On the third issue, we hold that the action to annul title filed by respondents-heirs is not barred by laches and
prescription. Firstly, laches is a creation of equity and its application is controlled by equitable
considerations. Laches cannot be used to defeat justice or perpetuate fraud and injustice. Neither should its
application be used to prevent the rightful owners of a property from recovering what has been fraudulently registered
in the name of another.
[17]
Secondly, prescription does not apply when the person seeking annulment of title or
reconveyance is in possession of the lot because the action partakes of a suit to quiet title which is
imprescriptible.
[18]
In this case, Morales had actual possession of the land when she had a house built thereon and had
appointed a caretaker to oversee her property. Her undisturbed possession of the land for a period of fifty (50) long
years gave her and her heirs a continuing right to seek the aid of a court of equity to determine the nature of the claim
of ownership of petitioner-spouses.
[19]
As held by this Court in Faja vs. Court of Appeals:
[20]

x x x There is settled jurisprudence that one who is in actual possession of a piece of land claiming to be owner
thereof may wait until his possession is disturbed or his title attacked before taking steps to vindicate his right,
the reason for the rule being, that his undisturbed possession gives him a continuing right to seek the aid of a
court of equity to ascertain and determine the nature of the adverse claim and its effect on his own title, which
right can be claimed only by one who is in possession. x x x The right to quiet title to the property, seek its
reconveyance and annul any certificate of title covering it accrued only from the time the one in possession was
made aware of a claim adverse to his own, and it is only then that the statutory period of prescription
commences to run against such possessor.
In the case at bar, Morales caretaker became aware of the second sale to petitioner-spouses only in 1991 when
he received from the latter a notice to vacate the land. Respondents-heirs did not sleep on their rights for in 1994, they
filed their action to annul petitioners title over the land. It likewise bears to stress that when vendor Arnold
reacquired title to the subject property by means of fraud and concealment after he has sold it to Alberta Morales, a
constructive trust was created in favor of Morales and her heirs. As the defrauded parties who were in actual
possession of the property, an action of the respondents-heirs to enforce the trust and recover the property cannot
prescribe. They may vindicate their right over the property regardless of the lapse of time.
[21]
Hence, the rule that
registration of the property has the effect of constructive notice to the whole world cannot be availed of by petitioners
and the defense of prescription cannot be successfully raised against respondents.
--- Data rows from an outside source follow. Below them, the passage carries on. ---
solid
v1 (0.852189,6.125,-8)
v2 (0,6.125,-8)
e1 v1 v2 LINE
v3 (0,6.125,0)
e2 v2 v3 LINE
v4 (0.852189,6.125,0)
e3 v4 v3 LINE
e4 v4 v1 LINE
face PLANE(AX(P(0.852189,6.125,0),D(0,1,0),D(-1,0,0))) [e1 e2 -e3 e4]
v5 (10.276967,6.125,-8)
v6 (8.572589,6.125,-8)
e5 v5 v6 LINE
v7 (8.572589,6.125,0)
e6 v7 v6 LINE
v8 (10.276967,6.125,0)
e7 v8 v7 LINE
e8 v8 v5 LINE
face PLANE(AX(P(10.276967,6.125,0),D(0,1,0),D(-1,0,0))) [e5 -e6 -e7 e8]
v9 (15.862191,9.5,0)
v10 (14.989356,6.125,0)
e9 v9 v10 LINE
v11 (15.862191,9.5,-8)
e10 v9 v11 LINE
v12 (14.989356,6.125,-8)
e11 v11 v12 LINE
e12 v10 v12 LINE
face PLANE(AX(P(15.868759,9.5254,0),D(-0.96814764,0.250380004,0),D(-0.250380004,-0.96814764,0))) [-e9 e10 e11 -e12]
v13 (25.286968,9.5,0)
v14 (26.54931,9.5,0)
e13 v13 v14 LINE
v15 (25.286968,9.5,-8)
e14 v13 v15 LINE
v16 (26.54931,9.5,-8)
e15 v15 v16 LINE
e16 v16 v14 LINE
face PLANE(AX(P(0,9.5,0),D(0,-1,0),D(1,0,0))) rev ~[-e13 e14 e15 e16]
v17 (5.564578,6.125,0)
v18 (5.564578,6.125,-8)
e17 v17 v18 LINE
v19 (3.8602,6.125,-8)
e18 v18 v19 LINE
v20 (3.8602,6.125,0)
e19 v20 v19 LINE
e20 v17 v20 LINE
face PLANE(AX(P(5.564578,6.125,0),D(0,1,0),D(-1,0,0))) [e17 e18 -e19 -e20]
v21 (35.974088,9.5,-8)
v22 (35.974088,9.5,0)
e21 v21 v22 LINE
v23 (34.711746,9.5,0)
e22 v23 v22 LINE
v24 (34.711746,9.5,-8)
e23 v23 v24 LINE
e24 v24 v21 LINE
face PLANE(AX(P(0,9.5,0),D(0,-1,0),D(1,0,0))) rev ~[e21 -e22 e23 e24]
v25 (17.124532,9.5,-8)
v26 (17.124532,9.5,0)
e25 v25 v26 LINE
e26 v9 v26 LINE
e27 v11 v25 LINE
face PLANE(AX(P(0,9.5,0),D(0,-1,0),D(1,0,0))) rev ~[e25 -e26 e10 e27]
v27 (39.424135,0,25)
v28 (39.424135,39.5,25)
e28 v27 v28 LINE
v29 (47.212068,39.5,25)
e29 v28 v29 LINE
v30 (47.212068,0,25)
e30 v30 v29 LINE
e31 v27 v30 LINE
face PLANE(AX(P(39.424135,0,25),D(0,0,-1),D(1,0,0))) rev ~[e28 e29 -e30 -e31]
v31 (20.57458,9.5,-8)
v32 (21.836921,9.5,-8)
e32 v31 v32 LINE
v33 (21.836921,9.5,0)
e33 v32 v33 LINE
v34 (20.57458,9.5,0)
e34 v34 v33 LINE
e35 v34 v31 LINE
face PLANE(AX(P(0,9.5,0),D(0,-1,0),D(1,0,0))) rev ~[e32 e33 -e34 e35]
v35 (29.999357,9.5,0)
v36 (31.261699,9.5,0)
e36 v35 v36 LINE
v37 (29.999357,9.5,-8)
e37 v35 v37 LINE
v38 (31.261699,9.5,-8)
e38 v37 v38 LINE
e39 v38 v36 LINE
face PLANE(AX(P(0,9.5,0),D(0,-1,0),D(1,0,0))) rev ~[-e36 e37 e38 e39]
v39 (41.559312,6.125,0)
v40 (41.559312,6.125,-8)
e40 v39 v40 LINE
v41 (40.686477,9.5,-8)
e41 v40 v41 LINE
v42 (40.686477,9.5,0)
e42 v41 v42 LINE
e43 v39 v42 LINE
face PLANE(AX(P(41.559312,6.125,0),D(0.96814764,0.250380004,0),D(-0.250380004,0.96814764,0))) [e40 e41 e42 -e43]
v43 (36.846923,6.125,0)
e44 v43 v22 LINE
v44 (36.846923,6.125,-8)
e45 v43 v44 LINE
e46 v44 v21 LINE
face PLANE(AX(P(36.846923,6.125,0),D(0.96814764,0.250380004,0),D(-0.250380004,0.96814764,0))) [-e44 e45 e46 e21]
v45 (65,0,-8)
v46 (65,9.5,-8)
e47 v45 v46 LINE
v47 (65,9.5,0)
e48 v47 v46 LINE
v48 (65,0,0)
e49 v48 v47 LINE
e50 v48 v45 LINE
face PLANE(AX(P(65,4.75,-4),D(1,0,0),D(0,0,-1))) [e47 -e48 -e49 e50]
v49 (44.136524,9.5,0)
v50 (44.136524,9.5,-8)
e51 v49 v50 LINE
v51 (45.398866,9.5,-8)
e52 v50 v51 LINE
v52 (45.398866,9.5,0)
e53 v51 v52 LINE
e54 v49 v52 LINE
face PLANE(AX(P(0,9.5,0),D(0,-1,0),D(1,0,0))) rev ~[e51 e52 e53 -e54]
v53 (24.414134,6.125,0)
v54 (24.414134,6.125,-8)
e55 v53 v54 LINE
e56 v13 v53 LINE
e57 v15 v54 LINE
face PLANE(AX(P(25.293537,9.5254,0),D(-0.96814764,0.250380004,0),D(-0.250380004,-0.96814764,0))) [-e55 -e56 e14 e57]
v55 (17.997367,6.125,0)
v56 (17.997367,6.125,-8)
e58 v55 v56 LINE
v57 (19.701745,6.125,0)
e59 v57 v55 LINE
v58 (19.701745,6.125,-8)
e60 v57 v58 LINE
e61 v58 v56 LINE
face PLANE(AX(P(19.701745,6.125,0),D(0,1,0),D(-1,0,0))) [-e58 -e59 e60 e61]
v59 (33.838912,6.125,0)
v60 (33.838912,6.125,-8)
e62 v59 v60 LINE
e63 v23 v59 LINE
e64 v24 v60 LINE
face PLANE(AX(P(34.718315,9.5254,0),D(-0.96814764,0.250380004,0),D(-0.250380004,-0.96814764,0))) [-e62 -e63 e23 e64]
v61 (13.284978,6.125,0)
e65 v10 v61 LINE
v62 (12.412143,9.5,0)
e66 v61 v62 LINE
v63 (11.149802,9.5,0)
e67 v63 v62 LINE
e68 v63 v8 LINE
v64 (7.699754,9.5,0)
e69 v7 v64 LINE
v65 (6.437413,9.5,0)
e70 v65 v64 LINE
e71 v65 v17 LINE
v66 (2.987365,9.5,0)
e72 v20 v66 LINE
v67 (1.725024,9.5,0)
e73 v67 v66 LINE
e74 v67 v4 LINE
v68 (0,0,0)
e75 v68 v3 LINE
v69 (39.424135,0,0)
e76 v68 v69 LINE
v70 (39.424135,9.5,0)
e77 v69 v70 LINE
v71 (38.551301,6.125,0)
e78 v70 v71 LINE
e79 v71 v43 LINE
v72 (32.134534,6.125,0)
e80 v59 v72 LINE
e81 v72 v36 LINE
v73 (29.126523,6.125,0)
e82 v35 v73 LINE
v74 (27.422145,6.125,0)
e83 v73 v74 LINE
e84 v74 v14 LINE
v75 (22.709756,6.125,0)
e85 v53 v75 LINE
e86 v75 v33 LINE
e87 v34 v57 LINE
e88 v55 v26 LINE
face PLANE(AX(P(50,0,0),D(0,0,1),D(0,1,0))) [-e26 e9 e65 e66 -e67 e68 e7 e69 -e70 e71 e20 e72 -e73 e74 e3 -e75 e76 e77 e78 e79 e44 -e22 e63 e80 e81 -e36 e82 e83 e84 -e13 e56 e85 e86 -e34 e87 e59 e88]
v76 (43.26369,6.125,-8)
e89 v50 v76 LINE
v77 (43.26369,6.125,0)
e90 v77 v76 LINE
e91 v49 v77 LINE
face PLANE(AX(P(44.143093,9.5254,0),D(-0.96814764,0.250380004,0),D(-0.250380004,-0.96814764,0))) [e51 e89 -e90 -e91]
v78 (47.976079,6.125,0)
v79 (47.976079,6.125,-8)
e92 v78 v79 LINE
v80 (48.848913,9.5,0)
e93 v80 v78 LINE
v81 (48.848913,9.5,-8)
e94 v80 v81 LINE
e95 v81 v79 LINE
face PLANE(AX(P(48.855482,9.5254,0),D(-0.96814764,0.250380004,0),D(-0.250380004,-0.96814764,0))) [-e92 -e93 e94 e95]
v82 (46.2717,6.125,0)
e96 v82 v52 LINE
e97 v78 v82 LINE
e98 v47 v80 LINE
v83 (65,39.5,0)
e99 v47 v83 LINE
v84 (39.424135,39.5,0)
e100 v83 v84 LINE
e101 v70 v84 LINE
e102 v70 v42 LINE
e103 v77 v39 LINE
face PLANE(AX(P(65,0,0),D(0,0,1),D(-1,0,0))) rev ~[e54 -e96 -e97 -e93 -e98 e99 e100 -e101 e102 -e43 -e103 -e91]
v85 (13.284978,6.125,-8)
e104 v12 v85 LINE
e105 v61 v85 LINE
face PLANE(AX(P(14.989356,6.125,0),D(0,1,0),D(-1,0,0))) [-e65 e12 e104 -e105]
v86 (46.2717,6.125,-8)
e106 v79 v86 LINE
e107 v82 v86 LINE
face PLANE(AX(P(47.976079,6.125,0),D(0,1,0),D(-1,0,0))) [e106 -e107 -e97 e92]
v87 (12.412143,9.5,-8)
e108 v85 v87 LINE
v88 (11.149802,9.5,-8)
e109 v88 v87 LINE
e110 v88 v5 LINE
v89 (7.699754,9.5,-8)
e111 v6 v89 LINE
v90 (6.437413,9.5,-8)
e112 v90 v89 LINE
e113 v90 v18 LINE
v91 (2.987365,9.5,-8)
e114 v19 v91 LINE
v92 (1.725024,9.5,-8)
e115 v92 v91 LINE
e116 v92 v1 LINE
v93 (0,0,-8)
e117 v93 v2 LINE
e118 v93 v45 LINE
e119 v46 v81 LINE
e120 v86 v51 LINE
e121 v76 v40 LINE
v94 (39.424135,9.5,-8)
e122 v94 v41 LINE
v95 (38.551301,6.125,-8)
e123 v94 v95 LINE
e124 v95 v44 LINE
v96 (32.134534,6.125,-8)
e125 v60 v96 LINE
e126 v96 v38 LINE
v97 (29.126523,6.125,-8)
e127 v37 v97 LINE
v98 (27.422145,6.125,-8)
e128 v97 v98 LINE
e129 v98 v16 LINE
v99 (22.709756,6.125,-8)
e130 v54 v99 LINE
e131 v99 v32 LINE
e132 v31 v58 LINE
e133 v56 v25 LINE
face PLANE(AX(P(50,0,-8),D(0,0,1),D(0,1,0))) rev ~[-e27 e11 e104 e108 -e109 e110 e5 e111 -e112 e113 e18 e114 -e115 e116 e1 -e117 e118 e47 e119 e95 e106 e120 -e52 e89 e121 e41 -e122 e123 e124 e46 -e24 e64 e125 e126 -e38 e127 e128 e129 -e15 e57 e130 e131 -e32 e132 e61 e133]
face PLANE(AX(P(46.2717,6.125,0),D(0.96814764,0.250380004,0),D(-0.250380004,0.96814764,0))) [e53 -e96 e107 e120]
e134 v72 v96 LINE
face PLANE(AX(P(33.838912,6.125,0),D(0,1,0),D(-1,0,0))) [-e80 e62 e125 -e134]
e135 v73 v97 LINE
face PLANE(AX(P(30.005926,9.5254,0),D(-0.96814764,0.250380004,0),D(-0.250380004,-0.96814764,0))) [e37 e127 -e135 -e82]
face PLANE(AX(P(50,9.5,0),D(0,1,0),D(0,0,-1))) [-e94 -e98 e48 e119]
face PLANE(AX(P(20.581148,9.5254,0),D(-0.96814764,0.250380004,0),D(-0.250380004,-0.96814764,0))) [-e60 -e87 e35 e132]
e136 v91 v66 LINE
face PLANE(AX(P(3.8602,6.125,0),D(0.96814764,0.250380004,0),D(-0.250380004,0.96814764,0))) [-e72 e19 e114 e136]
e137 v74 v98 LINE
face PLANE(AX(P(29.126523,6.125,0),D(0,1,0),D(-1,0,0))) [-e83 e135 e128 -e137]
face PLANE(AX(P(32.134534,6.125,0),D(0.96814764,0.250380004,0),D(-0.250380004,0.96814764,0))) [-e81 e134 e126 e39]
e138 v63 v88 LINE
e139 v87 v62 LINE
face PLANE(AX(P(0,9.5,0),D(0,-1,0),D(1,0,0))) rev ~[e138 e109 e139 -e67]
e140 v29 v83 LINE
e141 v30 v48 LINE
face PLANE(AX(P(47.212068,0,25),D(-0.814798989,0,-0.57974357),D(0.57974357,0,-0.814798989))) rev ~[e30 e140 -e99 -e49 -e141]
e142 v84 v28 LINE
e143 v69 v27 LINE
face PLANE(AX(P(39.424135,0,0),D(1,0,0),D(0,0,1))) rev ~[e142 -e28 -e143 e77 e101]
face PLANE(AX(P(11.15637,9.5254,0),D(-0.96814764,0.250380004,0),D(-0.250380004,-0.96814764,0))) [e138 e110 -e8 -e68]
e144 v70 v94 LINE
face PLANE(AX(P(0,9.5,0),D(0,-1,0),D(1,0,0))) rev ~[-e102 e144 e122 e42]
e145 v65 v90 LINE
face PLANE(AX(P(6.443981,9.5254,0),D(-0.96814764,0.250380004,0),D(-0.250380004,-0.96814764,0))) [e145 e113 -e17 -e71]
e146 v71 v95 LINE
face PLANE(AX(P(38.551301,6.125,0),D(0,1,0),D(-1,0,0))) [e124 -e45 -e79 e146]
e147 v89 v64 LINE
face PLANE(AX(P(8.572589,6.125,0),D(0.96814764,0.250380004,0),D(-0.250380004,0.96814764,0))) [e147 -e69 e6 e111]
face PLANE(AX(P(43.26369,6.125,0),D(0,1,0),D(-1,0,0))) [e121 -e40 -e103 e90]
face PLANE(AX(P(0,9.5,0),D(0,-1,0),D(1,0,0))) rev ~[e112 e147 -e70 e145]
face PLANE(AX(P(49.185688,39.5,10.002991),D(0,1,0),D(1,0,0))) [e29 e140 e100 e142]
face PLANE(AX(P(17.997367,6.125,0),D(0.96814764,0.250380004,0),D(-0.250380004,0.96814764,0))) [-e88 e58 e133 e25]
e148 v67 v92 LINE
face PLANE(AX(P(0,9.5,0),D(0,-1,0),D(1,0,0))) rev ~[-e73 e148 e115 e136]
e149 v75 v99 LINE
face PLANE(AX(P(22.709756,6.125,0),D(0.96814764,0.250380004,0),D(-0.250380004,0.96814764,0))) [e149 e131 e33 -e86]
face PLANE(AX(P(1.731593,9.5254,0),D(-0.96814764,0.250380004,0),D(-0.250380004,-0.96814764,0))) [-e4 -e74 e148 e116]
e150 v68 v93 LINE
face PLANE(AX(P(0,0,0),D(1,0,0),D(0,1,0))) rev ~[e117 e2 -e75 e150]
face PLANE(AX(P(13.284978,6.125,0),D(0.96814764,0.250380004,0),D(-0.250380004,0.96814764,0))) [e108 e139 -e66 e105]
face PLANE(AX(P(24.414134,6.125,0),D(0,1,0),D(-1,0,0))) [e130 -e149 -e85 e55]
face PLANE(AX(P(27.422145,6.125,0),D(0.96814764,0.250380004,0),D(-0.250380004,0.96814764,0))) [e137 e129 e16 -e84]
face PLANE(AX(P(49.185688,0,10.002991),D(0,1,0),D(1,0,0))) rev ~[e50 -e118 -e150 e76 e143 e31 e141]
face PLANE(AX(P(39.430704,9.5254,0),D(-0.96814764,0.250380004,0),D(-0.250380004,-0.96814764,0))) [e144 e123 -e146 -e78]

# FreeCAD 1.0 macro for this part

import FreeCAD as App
import Part
import Sketcher
from FreeCAD import Vector
Q = App.Units.Quantity

doc = App.newDocument("Part")
params = doc.addObject("Spreadsheet::Sheet", "Params")
for row, (alias, value) in enumerate([
    ("sketch1_width", "50 mm"),
    ("sketch1_height", "9.5 mm"),
    ("pad1_length", "8 mm"),
    ("linearpattern_pitch", "4.712389 mm"),
    ("sketch3_height", "8 mm"),
    ("sketch3_width", "9.5 mm"),
    ("pad2_length", "15 mm"),
    ("sketch4_height", "25 mm"),
    ("pad3_length", "39.5 mm"),
], start=1):
    params.set(f"A{row}", alias)
    params.set(f"B{row}", "=" + value)
    params.setAlias(f"B{row}", alias)

body = doc.addObject("PartDesign::Body", "Body")

sketch1 = doc.addObject("Sketcher::SketchObject", "Sketch")
body.addObject(sketch1)
sketch1.AttachmentSupport = (doc.XY_Plane, [""])
sketch1.MapMode = "FlatFace"
sketch1.addGeometry([
    Part.LineSegment(Vector(0, 10, 0), Vector(0, 0, 0)),
    Part.LineSegment(Vector(0, 0, 0), Vector(50, 0, 0)),
    Part.LineSegment(Vector(50, 0, 0), Vector(50, 10, 0)),
    Part.LineSegment(Vector(50, 10, 0), Vector(0, 10, 0)),
], False)
sketch1.addConstraint([
    Sketcher.Constraint("Coincident", 0, 2, 1, 1),
    Sketcher.Constraint("Coincident", 1, 2, 2, 1),
    Sketcher.Constraint("Coincident", 2, 2, 3, 1),
    Sketcher.Constraint("Coincident", 3, 2, 0, 1),
    Sketcher.Constraint("Vertical", 0),
    Sketcher.Constraint("Horizontal", 1),
    Sketcher.Constraint("Vertical", 2),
In sum, the general rule is that registration under the Torrens system is the operative act which gives validity to
the transfer of title on the land. However, it does not create or vest title especially where a party has actual
knowledge of the claimants actual, open and notorious possession of the property at the time of his registration.
[22]
A
buyer in bad faith has no right over the land. As petitioner-spouses failed to register the subject land in good faith,
ownership of the land pertains to respondent-heirs who first possessed it in good faith.
IN VIEW WHEREOF, the petition is DISMISSED. No costs.
SO ORDERED.
Quisumbing, Austria-Martinez, Callejo, Sr., and Tinga, JJ., concur.